April 13, 2015 | Huffington Post

How to Keep the Financial Pressure on Iran and Its Proxies

“…Our concerns will remain with respect to Iranian behavior so long as Iran continues its sponsorship of terrorism, its support for proxies who destabilize the Middle East, its threats against America's friends and allies — like Israel,” President Barack Obama said, immediately after lauding Washington's new nuclear framework agreement with Iran.

“So make no mistake,” he added. “We will remain vigilant in countering those actions and standing with our allies.”

But as the debate over the deal has unfolded, the president has been rather vague about what it means to be vigilant or to stand with our jittery regional allies. Instead, he stated that signing the deal “is the right thing to do for the United States, for our allies in the region and for world peace regardless of the nature of the Iranian regime.”

Similarly, Secretary of State John Kerry stated, “We remain deeply concerned about Iran's destabilizing actions in the region. But it is precisely because we are so concerned about these issues — and about the region's security — that we believe this deal is critical.”

In other words, the Administration acknowledges that Iran's regional behavior is abhorrent, but they believe there is little to be done about it.

But this is not the case. The United States has many sanctions tools at its disposal to punish Iran for its ongoing terrorism support and regional meddling, even as nuclear-related sanctions begin to evaporate.

For example, there is Executive Order 13224, Washington's terrorism sanctions regime. It includes thousands of names of people, companies, and charities flagged by the Treasury for bankrolling terrorism. Many of the names in this list belong to Iranian terrorist proxies or the Islamic Revolutionary Guard Corps (IRGC), which manages Iran's terror operations worldwide. But there are many more than have gone unlisted. The president could easily task the Treasury to find new targets.

There is also Executive Order 12947, issued in 1995, which prohibits transactions with those who “threaten to disrupt the peace process” between Israel and the Palestinians.
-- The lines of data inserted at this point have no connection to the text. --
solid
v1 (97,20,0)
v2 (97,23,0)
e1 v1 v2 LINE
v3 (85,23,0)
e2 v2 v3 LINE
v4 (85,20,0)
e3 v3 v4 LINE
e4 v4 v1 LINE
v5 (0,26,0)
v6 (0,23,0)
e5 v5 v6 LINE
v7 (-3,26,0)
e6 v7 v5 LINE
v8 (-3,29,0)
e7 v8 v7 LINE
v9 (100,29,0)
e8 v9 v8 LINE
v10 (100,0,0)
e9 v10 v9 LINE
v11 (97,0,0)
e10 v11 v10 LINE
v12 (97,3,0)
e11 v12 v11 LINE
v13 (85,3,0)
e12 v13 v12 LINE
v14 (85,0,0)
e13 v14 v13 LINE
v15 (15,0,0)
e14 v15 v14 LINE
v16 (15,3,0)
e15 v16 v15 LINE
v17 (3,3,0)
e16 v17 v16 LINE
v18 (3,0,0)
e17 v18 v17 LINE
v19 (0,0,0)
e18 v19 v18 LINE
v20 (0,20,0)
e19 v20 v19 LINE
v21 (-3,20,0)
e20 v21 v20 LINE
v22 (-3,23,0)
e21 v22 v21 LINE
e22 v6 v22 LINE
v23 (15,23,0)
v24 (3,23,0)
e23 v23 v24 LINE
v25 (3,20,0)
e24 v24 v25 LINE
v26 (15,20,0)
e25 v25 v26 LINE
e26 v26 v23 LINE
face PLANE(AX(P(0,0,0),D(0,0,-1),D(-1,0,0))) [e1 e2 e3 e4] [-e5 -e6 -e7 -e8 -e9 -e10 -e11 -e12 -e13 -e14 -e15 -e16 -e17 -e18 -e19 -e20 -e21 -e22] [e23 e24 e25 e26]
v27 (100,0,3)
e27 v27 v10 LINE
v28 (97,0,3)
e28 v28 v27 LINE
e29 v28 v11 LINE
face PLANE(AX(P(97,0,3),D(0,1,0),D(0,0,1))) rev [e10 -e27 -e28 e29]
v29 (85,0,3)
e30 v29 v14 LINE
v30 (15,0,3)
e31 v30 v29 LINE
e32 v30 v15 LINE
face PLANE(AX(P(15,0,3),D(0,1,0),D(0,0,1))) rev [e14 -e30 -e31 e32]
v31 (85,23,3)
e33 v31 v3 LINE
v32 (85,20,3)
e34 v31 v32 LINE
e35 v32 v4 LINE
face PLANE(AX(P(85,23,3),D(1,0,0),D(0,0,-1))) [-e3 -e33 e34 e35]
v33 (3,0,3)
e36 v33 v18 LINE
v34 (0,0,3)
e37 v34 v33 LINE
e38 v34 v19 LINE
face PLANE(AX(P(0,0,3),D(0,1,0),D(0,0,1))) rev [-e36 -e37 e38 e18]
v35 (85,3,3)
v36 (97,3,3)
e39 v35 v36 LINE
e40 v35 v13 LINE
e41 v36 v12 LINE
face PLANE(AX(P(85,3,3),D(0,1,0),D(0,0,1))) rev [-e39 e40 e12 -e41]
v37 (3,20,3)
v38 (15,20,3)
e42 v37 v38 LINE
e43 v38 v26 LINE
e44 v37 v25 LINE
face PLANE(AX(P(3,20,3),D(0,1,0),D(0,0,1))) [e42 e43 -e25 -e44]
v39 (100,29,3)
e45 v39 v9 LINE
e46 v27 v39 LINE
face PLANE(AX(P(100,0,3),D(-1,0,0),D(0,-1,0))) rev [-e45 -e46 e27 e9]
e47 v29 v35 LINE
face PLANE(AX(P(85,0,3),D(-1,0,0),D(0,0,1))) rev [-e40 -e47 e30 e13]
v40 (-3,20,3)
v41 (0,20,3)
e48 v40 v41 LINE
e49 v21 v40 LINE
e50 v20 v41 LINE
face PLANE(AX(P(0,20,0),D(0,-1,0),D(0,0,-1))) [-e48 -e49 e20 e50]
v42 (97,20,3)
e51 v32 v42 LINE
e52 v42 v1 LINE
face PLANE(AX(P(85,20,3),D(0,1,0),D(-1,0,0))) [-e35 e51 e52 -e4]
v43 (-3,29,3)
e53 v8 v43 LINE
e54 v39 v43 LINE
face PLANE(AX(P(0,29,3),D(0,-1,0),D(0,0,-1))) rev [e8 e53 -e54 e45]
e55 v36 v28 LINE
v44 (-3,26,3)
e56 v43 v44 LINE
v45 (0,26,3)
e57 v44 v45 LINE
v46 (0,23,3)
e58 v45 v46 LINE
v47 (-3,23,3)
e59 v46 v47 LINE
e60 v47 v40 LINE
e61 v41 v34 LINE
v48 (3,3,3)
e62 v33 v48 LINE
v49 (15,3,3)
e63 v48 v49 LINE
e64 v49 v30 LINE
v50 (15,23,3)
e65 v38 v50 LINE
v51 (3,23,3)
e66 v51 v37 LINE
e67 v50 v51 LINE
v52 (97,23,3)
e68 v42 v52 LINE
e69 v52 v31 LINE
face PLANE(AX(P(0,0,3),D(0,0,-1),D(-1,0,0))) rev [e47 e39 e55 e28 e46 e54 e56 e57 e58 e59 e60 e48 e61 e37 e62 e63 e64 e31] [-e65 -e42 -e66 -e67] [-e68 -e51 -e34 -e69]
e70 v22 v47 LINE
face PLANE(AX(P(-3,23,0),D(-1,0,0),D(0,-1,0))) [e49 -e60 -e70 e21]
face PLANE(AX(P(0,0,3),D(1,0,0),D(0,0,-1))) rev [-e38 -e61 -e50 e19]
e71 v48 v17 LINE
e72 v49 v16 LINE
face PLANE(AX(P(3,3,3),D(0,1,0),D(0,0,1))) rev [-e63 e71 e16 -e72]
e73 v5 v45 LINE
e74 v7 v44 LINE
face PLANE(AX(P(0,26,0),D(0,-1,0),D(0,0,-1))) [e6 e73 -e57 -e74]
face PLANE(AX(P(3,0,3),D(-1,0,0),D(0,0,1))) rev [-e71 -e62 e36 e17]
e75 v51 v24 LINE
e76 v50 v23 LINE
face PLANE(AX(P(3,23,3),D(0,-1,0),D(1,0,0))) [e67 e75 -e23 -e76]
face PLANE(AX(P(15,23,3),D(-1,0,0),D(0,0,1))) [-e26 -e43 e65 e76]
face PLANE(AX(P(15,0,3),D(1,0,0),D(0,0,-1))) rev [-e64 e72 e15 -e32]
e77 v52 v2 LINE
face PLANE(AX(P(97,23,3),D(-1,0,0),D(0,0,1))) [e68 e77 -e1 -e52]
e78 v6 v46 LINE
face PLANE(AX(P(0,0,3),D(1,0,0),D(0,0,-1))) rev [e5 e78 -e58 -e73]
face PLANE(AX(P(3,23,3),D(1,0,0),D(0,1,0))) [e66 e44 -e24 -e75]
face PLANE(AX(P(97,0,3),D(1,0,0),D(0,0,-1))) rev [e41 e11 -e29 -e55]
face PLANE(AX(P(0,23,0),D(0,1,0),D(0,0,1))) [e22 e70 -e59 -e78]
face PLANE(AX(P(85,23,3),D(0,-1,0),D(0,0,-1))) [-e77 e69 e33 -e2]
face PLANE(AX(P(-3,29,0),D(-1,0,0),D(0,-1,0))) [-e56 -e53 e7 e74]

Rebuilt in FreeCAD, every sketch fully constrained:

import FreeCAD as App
import Part
import Sketcher

V = App.Vector


def add_polygon(sketch, points):
    """Adds a closed chain of lines whose ends are joined by coincident constraints."""
    first, n = sketch.GeometryCount, len(points)
    for a, b in zip(points, points[1:] + points[:1]):
        sketch.addGeometry(Part.LineSegment(App.Vector(*a, 0), App.Vector(*b, 0)), False)
    for i in range(n):
        sketch.addConstraint(Sketcher.Constraint("Coincident", first + i, 2, first + (i + 1) % n, 1))

doc = App.newDocument("Part")
body = doc.addObject("PartDesign::Body", "Body")

sketch1 = body.newObject("Sketcher::SketchObject", "Sketch")
sketch1.AttachmentSupport = (doc.getObject("XY_Plane"), [""])
sketch1.MapMode = "FlatFace"
add_polygon(sketch1, [(0, 0), (3, 0), (3, 3), (15, 3), (15, 0), (85, 0), (85, 3), (97, 3), (97, 0), (100, 0), (100, 29), (0, 29)])
add_polygon(sketch1, [(15, 20), (3, 20), (3, 23), (15, 23)])
add_polygon(sketch1, [(97, 20), (85, 20), (85, 23), (97, 23)])
sketch1.addConstraint(Sketcher.Constraint("Horizontal", 0))
sketch1.addConstraint(Sketcher.Constraint("Vertical", 1))
sketch1.addConstraint(Sketcher.Constraint("Horizontal", 2))
sketch1.addConstraint(Sketcher.Constraint("Vertical", 3))
sketch1.addConstraint(Sketcher.Constraint("Horizontal", 4))
sketch1.addConstraint(Sketcher.Constraint("Vertical", 5))
sketch1.addConstraint(Sketcher.Constraint("Horizontal", 6))
sketch1.addConstraint(Sketcher.Constraint("Vertical", 7))
sketch1.addConstraint(Sketcher.Constraint("Horizontal", 8))
sketch1.addConstraint(Sketcher.Constraint("Vertical", 9))
sketch1.addConstraint(Sketcher.Constraint("Horizontal", 10))
sketch1.addConstraint(Sketcher.Constraint("Vertical", 11))
sketch1.addConstraint(Sketcher.Constraint("Horizontal", 12))
sketch1.addConstraint(Sketcher.Constraint("Vertical", 13))
sketch1.addConstraint(Sketcher.Constraint("Horizontal", 14))
sketch1.addConstraint(Sketcher.Constraint("Vertical", 15))
sketch1.addConstraint(Sketcher.Constraint("Horizontal", 16))
sketch1.addConstraint(Sketcher.Constraint("Vertical", 17))
sketch1.addConstraint(Sketcher.Constraint("Horizontal", 18))
sketch1.addConstraint(Sketcher.Constraint("Vertical", 19))
sketch1.addConstraint(Sketcher.Constraint("Coincident", 11, 2, -1, 1))
sketch1.addConstraint(Sketcher.Constraint("PointOnObject", 3, 2, -1))
sketch1.addConstraint(Sketcher.Constraint("PointOnObject", 7, 2, -1))
sketch1.addConstraint(Sketcher.Constraint("Horizontal", 2, 2, 5, 2))
sketch1.addConstraint(Sketcher.Constraint("Horizontal", 15, 2, 16, 2))
sketch1.addConstraint(Sketcher.Constraint("Horizontal", 14, 2, 17, 2))
sketch1.addConstraint(Sketcher.Constraint("Vertical", 1, 2, 12, 2))
sketch1.addConstraint(Sketcher.Constraint("Vertical", 3, 2, 14, 2))
sketch1.addConstraint(Sketcher.Constraint("Vertical", 5, 2, 16, 2))
sketch1.addConstraint(Sketcher.Constraint("Vertical", 7, 2, 18, 2))
sketch1.addConstraint(Sketcher.Constraint("Equal", 2, 6))
sketch1.addConstraint(Sketcher.Constraint("Equal", 0, 8))
sketch1.addConstraint(Sketcher.Constraint("Equal", 8, 1))
sketch1.addConstraint(Sketcher.Constraint("Equal", 7, 13))
sketch1.addConstraint(Sketcher.Constraint("DistanceX", 0, 1, 0, 2, 3.0))
sketch1.addConstraint(Sketcher.Constraint("DistanceX", 2, 1, 2, 2, 12.0))
sketch1.addConstraint(Sketcher.Constraint("DistanceX", 4, 1, 4, 2, 70.0))
sketch1.addConstraint(Sketcher.Constraint("DistanceY", 9, 1, 9, 2, 29.0))
sketch1.addConstraint(Sketcher.Constraint("DistanceY", -1, 1, 12, 2, 20.0))
pad1 = body.newObject("PartDesign::Pad", "Pad")
pad1.Profile = sketch1
pad1.Length = 3

sketch2 = body.newObject("Sketcher::SketchObject", "Sketch001")
sketch2.AttachmentSupport = (doc.getObject("XY_Plane"), [""])
sketch2.MapMode = "FlatFace"
sketch2.AttachmentOffset = App.Placement(V(0, 0, 3), App.Rotation())
add_polygon(sketch2, [(-3, 23), (-3, 20), (0, 20), (0, 23)])
add_polygon(sketch2, [(-3, 29), (-3, 26), (0, 26), (0, 29)])
sketch2.addConstraint(Sketcher.Constraint("Vertical", 0))
sketch2.addConstraint(Sketcher.Constraint("Horizontal", 1))
sketch2.addConstraint(Sketcher.Constraint("Vertical", 2))
sketch2.addConstraint(Sketcher.Constraint("Horizontal", 3))
sketch2.addConstraint(Sketcher.Constraint("Vertical", 4))
sketch2.addConstraint(Sketcher.Constraint("Horizontal", 5))
sketch2.addConstraint(Sketcher.Constraint("Vertical", 6))
sketch2.addConstraint(Sketcher.Constraint("Horizontal", 7))
sketch2.addConstraint(Sketcher.Constraint("PointOnObject", 1, 2, -2))
sketch2.addConstraint(Sketcher.Constraint("PointOnObject", 5, 2, -2))
sketch2.addConstraint(Sketcher.Constraint("Vertical", 3, 2, 4, 2))
sketch2.addConstraint(Sketcher.Constraint("Equal", 7, 0))
sketch2.addConstraint(Sketcher.Constraint("Equal", 2, 4))
sketch2.addConstraint(Sketcher.Constraint("DistanceX", 1, 1, 1, 2, 3.0))
sketch2.addConstraint(Sketcher.Constraint("DistanceY", -1, 1, 0, 2, 20.0))
sketch2.addConstraint(Sketcher.Constraint("DistanceY", -1, 1, 4, 2, 26.0))
pad2 = body.newObject("PartDesign::Pad", "Pad001")
pad2.Profile = sketch2
pad2.Length = 3
pad2.Reversed = True

doc.recompute()
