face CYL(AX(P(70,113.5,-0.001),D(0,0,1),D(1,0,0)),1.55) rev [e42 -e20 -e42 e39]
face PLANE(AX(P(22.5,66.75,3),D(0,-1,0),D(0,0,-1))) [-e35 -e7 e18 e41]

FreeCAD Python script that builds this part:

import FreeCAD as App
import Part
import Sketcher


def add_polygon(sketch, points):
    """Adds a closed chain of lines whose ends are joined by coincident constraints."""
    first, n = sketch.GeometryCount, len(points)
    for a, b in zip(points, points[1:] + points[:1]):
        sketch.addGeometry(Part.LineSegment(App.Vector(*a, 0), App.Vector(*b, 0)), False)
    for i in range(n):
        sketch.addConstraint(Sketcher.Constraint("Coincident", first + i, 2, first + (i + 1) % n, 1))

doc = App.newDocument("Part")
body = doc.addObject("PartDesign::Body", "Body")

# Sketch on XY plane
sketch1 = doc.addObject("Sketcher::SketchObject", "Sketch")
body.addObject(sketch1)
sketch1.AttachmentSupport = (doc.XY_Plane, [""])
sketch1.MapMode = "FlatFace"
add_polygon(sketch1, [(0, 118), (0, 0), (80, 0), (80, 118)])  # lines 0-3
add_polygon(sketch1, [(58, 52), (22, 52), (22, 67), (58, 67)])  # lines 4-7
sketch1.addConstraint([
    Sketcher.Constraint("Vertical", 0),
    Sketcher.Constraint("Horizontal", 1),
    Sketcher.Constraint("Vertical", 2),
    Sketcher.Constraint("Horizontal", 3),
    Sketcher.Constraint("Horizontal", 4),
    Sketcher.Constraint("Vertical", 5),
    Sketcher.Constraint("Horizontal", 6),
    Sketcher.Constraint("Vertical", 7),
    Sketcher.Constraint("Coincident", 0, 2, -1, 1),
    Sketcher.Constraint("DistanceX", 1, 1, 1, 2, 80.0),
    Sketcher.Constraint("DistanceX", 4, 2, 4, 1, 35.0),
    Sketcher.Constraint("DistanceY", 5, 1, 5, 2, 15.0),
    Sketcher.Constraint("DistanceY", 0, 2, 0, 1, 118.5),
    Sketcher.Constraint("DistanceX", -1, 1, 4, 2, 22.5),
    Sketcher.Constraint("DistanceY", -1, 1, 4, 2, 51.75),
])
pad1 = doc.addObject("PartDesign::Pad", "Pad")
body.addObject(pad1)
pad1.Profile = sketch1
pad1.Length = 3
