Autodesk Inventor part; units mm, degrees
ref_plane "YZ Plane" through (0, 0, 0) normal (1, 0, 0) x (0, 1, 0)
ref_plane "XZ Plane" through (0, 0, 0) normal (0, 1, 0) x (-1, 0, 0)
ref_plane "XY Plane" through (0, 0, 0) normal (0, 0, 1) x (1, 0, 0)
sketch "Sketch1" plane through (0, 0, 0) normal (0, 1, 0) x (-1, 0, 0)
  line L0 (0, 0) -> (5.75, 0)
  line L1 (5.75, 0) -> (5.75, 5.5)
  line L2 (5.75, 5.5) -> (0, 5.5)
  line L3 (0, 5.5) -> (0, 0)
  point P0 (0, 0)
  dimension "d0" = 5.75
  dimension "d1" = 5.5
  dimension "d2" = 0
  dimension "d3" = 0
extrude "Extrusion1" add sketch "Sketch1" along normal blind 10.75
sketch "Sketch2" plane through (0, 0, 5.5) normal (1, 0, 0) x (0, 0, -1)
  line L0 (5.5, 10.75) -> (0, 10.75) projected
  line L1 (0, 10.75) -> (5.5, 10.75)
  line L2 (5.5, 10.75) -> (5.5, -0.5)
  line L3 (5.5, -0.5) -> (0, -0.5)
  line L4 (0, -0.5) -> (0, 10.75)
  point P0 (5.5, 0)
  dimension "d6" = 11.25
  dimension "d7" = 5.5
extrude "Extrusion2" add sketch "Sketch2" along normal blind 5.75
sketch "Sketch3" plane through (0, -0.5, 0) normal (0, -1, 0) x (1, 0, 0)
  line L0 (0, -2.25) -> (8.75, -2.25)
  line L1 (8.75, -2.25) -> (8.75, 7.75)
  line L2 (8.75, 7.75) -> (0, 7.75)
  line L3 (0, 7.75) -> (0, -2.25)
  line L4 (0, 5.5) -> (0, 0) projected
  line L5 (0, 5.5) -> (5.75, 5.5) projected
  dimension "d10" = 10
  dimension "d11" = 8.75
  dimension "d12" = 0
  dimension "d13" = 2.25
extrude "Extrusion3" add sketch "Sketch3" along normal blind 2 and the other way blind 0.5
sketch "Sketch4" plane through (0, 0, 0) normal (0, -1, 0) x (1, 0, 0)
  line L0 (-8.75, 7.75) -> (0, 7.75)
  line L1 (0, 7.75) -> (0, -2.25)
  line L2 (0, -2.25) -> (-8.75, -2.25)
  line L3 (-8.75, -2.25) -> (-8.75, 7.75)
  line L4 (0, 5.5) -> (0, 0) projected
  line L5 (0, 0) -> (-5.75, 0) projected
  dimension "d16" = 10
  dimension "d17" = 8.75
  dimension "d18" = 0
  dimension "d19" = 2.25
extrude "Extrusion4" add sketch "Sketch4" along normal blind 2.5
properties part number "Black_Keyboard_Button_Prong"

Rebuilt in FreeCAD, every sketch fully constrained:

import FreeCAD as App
import Part
import Sketcher
from FreeCAD import Vector

doc = App.newDocument("Part")
body = doc.addObject("PartDesign::Body", "Body")

sketch1 = body.newObject("Sketcher::SketchObject", "Sketch")
sketch1.AttachmentSupport = (doc.getObject("XZ_Plane"), [""])
sketch1.MapMode = "FlatFace"
sketch1.addGeometry(Part.LineSegment(Vector(0, 6, 0), Vector(0, 0, 0)), False)
sketch1.addGeometry(Part.LineSegment(Vector(0, 0, 0), Vector(-6, 0, 0)), False)
sketch1.addGeometry(Part.LineSegment(Vector(-6, 0, 0), Vector(-6, 6, 0)), False)
sketch1.addGeometry(Part.LineSegment(Vector(-6, 6, 0), Vector(0, 6, 0)), False)
sketch1.addConstraint(Sketcher.Constraint("Coincident", 0, 2, 1, 1))
sketch1.addConstraint(Sketcher.Constraint("Coincident", 1, 2, 2, 1))
sketch1.addConstraint(Sketcher.Constraint("Coincident", 2, 2, 3, 1))
sketch1.addConstraint(Sketcher.Constraint("Coincident", 3, 2, 0, 1))
sketch1.addConstraint(Sketcher.Constraint("Vertical", 0))
sketch1.addConstraint(Sketcher.Constraint("Horizontal", 1))
sketch1.addConstraint(Sketcher.Constraint("Vertical", 2))
sketch1.addConstraint(Sketcher.Constraint("Horizontal", 3))
sketch1.addConstraint(Sketcher.Constraint("Coincident", 0, 2, -1, 1))
sketch1.addConstraint(Sketcher.Constraint("DistanceY", 0, 2, 0, 1, 5.5))
sketch1.addConstraint(Sketcher.Constraint("DistanceX", 1, 2, 1, 1, 5.75))
pad1 = body.newObject("PartDesign::Pad", "Pad")
pad1.Profile = sketch1
pad1.Length = 10.75
pad1.Reversed = True

sketch2 = body.newObject("Sketcher::SketchObject", "Sketch001")
sketch2.AttachmentSupport = (doc.getObject("YZ_Plane"), [""])
sketch2.MapMode = "FlatFace"
sketch2.addGeometry(Part.LineSegment(Vector(0, 0, 0), Vector(11, 0, 0)), False)
sketch2.addGeometry(Part.LineSegment(Vector(11, 0, 0), Vector(11, 6, 0)), False)
sketch2.addGeometry(Part.LineSegment(Vector(11, 6, 0), Vector(0, 6, 0)), False)
sketch2.addGeometry(Part.LineSegment(Vector(0, 6, 0), Vector(0, 0, 0)), False)
sketch2.addConstraint(Sketcher.Constraint("Coincident", 0, 2, 1, 1))
sketch2.addConstraint(Sketcher.Constraint("Coincident", 1, 2, 2, 1))
sketch2.addConstraint(Sketcher.Constraint("Coincident", 2, 2, 3, 1))
sketch2.addConstraint(Sketcher.Constraint("Coincident", 3, 2, 0, 1))
sketch2.addConstraint(Sketcher.Constraint("Horizontal", 0))
sketch2.addConstraint(Sketcher.Constraint("Vertical", 1))
sketch2.addConstraint(Sketcher.Constraint("Horizontal", 2))
sketch2.addConstraint(Sketcher.Constraint("Vertical", 3))
sketch2.addConstraint(Sketcher.Constraint("PointOnObject", 0, 2, -1))
sketch2.addConstraint(Sketcher.Constraint("DistanceY", 1, 1, 1, 2, 5.5))
sketch2.addConstraint(Sketcher.Constraint("DistanceX", 0, 1, 0, 2, 11.25))
sketch2.addConstraint(Sketcher.Constraint("DistanceX", 2, 2, -1, 1, 0.5))
pad2 = body.newObject("PartDesign::Pad", "Pad001")
pad2.Profile = sketch2
pad2.Length = 5.75

sketch3 = body.newObject("Sketcher::SketchObject", "Sketch002")
sketch3.AttachmentSupport = (doc.getObject("XZ_Plane"), [""])
sketch3.MapMode = "FlatFace"
sketch3.AttachmentOffset = App.Placement(Vector(0, 0, 0.5), App.Rotation())
sketch3.addGeometry(Part.LineSegment(Vector(0, 8, 0), Vector(0, -2, 0)), False)
sketch3.addGeometry(Part.LineSegment(Vector(0, -2, 0), Vector(9, -2, 0)), False)
sketch3.addGeometry(Part.LineSegment(Vector(9, -2, 0), Vector(9, 8, 0)), False)
sketch3.addGeometry(Part.LineSegment(Vector(9, 8, 0), Vector(0, 8, 0)), False)
sketch3.addConstraint(Sketcher.Constraint("Coincident", 0, 2, 1, 1))
sketch3.addConstraint(Sketcher.Constraint("Coincident", 1, 2, 2, 1))
sketch3.addConstraint(Sketcher.Constraint("Coincident", 2, 2, 3, 1))
sketch3.addConstraint(Sketcher.Constraint("Coincident", 3, 2, 0, 1))
sketch3.addConstraint(Sketcher.Constraint("Vertical", 0))
sketch3.addConstraint(Sketcher.Constraint("Horizontal", 1))
sketch3.addConstraint(Sketcher.Constraint("Vertical", 2))
sketch3.addConstraint(Sketcher.Constraint("Horizontal", 3))
sketch3.addConstraint(Sketcher.Constraint("PointOnObject", 0, 2, -2))
sketch3.addConstraint(Sketcher.Constraint("DistanceY", 0, 2, 0, 1, 10.0))
sketch3.addConstraint(Sketcher.Constraint("DistanceX", 1, 1, 1, 2, 8.75))
sketch3.addConstraint(Sketcher.Constraint("DistanceY", 0, 2, -1, 1, 2.25))
pad3 = body.newObject("PartDesign::Pad", "Pad002")
pad3.Profile = sketch3
pad3.Type = "TwoLengths"
pad3.Length = 2
pad3.Length2 = 0.5

sketch4 = body.newObject("Sketcher::SketchObject", "Sketch003")
sketch4.AttachmentSupport = (doc.getObject("XZ_Plane"), [""])
sketch4.MapMode = "FlatFace"
sketch4.addGeometry(Part.LineSegment(Vector(0, 8, 0), Vector(-9, 8, 0)), False)
sketch4.addGeometry(Part.LineSegment(Vector(-9, 8, 0), Vector(-9, -2, 0)), False)
sketch4.addGeometry(Part.LineSegment(Vector(-9, -2, 0), Vector(0, -2, 0)), False)
sketch4.addGeometry(Part.LineSegment(Vector(0, -2, 0), Vector(0, 8, 0)), False)
sketch4.addConstraint(Sketcher.Constraint("Coincident", 0, 2, 1, 1))
sketch4.addConstraint(Sketcher.Constraint("Coincident", 1, 2, 2, 1))
sketch4.addConstraint(Sketcher.Constraint("Coincident", 2, 2, 3, 1))
sketch4.addConstraint(Sketcher.Constraint("Coincident", 3, 2, 0, 1))
sketch4.addConstraint(Sketcher.Constraint("Horizontal", 0))
sketch4.addConstraint(Sketcher.Constraint("Vertical", 1))
sketch4.addConstraint(Sketcher.Constraint("Horizontal", 2))
sketch4.addConstraint(Sketcher.Constraint("Vertical", 3))
sketch4.addConstraint(Sketcher.Constraint("PointOnObject", 2, 2, -2))
sketch4.addConstraint(Sketcher.Constraint("DistanceY", 1, 2, 1, 1, 10.0))
sketch4.addConstraint(Sketcher.Constraint("DistanceX", 0, 2, 0, 1, 8.75))
sketch4.addConstraint(Sketcher.Constraint("DistanceY", 1, 2, -1, 1, 2.25))
pad4 = body.newObject("PartDesign::Pad", "Pad003")
pad4.Profile = sketch4
pad4.Length = 2.5

doc.recompute()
This means that the United States government can sanction any Iranian individual or entity that finances Hamas, Palestinian Islamic Jihad, and any of the other groups that target Israel.

Similarly, don't forget Executive Order 13438, issued in 2007, which slaps sanctions on “Persons Who Threaten Stabilization Efforts in Iraq.” This could target the Shi'ite militias that purportedly seek to reclaim territory for the Iraqi army in the battle against the Islamic State, but are now, according to Ali Khedery of Dragoman Partners, “eclipsing official Iraqi institutions, and sowing the seeds of conflict for decades to come.”

The Obama administration does not need to only rely on past executive orders, either. It is well within the president's power to create new ones, in order to sanction actors that threaten or destabilize American interests, such as Yemen, where Iranian proxies have gained ground and elicited a military response from the Sunni Arab states. With Iranian warships on the way, a wider conflagration could soon develop.

The United States has issued numerous executive orders in the past to prevent such destabilization. Executive Order 13338, issued in 2004, sanctioned entities in Syria for “directing or otherwise significantly contributing to the Government of Syria's military or security presence in Lebanon.” Executive Order 13413, issued 2005, sanctions “Persons Contributing to the Conflict in the Democratic Republic of Congo.” In 2014, the U.S. government issued Executive Order 13667 to sanction individuals and entities contributing to the conflict in the Central African Republic. And, of course, President Obama issued Executive Order 13660 last year in response to Russia's assault on the sovereignty and territorial integrity of Ukraine.

While issuing new executive orders or adding weigh to old ones won't immediately restore confidence in American leadership, particularly as doubts linger over the wisdom of the looming nuclear deal, they could serve to reassure the Gulf Arab states and Israel that Washington is still taking the Iranian threat seriously, as both President Obama and Secretary of State Kerry profess.

Such moves could also prove crucial as the United States and its P5+1 partners prepare for the ill-advised move of dismantling the sanctions architecture that has restrained Iran's nuclear program until now. As Mark Dubowitz and Richard Goldberg correctly note, the current architecture is not based on nuclear sanctions but on hybrid sanctions that target a full range of Iran's rogue conduct, including ballistic missiles, terrorism, support for the Assad regime in Syria, money laundering, and human rights violations, to name a few.

The Houthis, Hezbollah, Hamas, and other dangerous Iranian proxies have spent the last several years tightening their belts because these sanctions impeded the flow of Iranian cash. They are now awaiting a massive windfall after a nuclear deal is signed.

Washington is nevertheless prepared to begin repeal the Iran sanctions. Whether that happens hinges on the success or failure of the final round of talks. But between now and the June 30 deadline, the administration has an opportunity to mitigate the damage by enforcing existing executive orders and creating new ones. Some might argue that such a move would anger the Iranians and complicate the nuclear deal. But such a move is well within the administration's legal authorities, and it would help slow the deluge of cash that Iran's proxy armies are now eagerly anticipating.